--- START ---
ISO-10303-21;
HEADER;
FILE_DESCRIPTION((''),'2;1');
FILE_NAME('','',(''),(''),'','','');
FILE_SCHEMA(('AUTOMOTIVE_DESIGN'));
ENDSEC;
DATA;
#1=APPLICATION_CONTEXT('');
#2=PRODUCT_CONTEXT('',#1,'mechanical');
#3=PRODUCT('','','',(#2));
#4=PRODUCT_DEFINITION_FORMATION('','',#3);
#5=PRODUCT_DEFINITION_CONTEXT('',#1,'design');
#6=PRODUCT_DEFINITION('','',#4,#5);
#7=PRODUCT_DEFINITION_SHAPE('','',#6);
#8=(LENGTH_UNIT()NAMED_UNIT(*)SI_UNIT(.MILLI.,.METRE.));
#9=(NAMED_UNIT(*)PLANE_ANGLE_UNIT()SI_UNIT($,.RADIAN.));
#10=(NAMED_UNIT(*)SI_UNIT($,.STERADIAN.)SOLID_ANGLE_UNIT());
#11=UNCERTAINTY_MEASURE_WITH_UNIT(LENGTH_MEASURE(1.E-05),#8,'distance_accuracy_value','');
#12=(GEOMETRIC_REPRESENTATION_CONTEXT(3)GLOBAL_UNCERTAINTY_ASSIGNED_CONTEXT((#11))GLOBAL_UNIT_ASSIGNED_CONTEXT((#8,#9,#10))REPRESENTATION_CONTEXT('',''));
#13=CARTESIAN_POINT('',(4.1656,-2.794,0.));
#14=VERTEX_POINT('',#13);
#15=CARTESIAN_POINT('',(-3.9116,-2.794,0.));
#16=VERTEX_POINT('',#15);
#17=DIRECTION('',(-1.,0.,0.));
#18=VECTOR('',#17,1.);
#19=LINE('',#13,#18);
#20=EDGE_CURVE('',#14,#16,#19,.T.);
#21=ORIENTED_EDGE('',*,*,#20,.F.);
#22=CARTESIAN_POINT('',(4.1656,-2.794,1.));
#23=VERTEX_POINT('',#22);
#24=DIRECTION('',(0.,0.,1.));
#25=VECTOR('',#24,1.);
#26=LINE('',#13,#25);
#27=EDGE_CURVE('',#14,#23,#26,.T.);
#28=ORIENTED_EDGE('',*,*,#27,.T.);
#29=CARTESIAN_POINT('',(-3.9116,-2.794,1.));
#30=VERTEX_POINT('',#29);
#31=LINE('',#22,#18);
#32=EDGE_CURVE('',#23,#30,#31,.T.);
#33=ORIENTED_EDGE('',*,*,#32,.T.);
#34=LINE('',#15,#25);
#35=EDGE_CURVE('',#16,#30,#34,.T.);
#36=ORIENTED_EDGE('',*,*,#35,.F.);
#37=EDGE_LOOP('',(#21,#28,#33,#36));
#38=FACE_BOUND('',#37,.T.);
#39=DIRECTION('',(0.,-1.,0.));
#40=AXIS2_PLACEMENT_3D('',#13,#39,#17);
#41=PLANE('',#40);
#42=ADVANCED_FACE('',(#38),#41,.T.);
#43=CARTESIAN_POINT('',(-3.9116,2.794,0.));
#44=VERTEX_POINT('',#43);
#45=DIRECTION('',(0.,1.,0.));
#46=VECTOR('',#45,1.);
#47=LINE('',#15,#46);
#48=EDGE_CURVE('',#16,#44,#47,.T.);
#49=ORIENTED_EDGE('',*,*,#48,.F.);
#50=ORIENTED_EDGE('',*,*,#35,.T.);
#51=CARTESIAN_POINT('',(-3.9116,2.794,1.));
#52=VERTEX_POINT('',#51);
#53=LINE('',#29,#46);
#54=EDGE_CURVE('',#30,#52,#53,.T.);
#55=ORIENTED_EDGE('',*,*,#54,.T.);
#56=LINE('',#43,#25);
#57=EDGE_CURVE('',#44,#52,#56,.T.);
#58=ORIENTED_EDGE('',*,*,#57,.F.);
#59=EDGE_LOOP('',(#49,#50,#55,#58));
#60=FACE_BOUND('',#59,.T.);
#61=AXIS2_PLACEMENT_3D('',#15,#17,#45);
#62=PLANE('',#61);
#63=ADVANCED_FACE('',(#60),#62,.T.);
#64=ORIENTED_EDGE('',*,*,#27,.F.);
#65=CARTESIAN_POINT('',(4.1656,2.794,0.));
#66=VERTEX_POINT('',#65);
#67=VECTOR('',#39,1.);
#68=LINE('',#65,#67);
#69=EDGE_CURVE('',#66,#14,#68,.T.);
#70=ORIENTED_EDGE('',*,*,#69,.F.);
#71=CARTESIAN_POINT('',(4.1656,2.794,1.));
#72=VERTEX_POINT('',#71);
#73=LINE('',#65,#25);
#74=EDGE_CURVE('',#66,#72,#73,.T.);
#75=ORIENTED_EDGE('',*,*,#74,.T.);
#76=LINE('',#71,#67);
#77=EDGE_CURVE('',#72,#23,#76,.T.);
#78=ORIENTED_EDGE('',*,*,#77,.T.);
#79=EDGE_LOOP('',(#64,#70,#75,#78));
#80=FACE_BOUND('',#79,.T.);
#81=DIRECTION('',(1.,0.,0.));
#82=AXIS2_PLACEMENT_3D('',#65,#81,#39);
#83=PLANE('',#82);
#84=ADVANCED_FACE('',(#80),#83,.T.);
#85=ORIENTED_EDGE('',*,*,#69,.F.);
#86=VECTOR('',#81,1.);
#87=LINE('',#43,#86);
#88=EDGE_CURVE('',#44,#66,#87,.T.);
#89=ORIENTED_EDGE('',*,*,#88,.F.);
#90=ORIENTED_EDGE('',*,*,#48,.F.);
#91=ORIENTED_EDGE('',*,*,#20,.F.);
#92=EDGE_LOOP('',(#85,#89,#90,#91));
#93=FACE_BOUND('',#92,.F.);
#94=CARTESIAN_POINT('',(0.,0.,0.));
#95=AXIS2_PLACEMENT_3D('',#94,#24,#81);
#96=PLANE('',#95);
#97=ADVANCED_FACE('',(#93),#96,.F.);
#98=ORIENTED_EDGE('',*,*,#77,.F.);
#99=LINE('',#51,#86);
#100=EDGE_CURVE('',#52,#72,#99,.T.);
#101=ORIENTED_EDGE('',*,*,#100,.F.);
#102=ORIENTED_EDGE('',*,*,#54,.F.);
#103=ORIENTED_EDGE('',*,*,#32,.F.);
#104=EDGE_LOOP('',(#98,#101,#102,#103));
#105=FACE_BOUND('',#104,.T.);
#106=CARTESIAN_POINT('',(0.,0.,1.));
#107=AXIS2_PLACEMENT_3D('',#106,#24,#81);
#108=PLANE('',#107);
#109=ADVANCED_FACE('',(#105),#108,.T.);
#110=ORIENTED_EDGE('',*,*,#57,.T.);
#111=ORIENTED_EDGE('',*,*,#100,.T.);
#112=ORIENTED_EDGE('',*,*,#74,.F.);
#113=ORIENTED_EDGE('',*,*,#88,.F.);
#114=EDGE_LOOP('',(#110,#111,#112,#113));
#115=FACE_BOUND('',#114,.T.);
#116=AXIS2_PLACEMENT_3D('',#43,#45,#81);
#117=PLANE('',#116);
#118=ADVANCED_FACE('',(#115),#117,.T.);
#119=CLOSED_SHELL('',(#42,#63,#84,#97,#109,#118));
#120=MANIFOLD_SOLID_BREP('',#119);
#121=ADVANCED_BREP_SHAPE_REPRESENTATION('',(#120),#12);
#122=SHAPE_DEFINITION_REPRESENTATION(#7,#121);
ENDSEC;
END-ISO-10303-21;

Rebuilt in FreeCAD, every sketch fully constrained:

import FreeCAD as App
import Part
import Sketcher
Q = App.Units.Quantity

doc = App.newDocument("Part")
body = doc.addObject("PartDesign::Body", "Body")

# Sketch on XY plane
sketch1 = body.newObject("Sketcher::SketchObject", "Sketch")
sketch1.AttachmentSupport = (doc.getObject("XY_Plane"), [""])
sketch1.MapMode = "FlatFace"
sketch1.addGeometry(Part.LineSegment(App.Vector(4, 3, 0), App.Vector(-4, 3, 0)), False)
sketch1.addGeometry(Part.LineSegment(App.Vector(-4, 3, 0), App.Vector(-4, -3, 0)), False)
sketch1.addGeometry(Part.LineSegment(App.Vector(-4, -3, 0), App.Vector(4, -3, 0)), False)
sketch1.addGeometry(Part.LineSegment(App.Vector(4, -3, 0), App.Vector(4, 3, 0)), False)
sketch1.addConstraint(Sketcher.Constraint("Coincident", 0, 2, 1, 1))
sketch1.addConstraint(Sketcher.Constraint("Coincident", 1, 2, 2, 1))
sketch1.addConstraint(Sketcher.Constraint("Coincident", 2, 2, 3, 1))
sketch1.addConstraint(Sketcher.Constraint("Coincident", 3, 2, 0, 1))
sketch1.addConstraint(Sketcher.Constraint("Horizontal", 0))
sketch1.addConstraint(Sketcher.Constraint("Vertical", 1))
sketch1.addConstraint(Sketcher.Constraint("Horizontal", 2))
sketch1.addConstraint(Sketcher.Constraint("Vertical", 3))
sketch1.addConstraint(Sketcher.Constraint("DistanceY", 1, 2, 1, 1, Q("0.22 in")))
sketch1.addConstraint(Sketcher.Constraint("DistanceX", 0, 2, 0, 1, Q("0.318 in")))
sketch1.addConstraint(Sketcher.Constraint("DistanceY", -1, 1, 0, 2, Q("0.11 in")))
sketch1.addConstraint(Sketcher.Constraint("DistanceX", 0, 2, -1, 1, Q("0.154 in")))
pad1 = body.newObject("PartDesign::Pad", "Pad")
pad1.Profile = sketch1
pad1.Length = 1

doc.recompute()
--- END ---
(DIRECTIONS FOR THIS TASK) Lines wanted from the listing above: the line with "#32=EDGE_CURVE('',#23,#30,#31,.T.);" up to and including the line with "#50=ORIENTED_EDGE('',*,*,#35,.T.);". Please write them out exactly, adding nothing else.

(YOUR SOLUTION)
#32=EDGE_CURVE('',#23,#30,#31,.T.);
#33=ORIENTED_EDGE('',*,*,#32,.T.);
#34=LINE('',#15,#25);
#35=EDGE_CURVE('',#16,#30,#34,.T.);
#36=ORIENTED_EDGE('',*,*,#35,.F.);
#37=EDGE_LOOP('',(#21,#28,#33,#36));
#38=FACE_BOUND('',#37,.T.);
#39=DIRECTION('',(0.,-1.,0.));
#40=AXIS2_PLACEMENT_3D('',#13,#39,#17);
#41=PLANE('',#40);
#42=ADVANCED_FACE('',(#38),#41,.T.);
#43=CARTESIAN_POINT('',(-3.9116,2.794,0.));
#44=VERTEX_POINT('',#43);
#45=DIRECTION('',(0.,1.,0.));
#46=VECTOR('',#45,1.);
#47=LINE('',#15,#46);
#48=EDGE_CURVE('',#16,#44,#47,.T.);
#49=ORIENTED_EDGE('',*,*,#48,.F.);
#50=ORIENTED_EDGE('',*,*,#35,.T.);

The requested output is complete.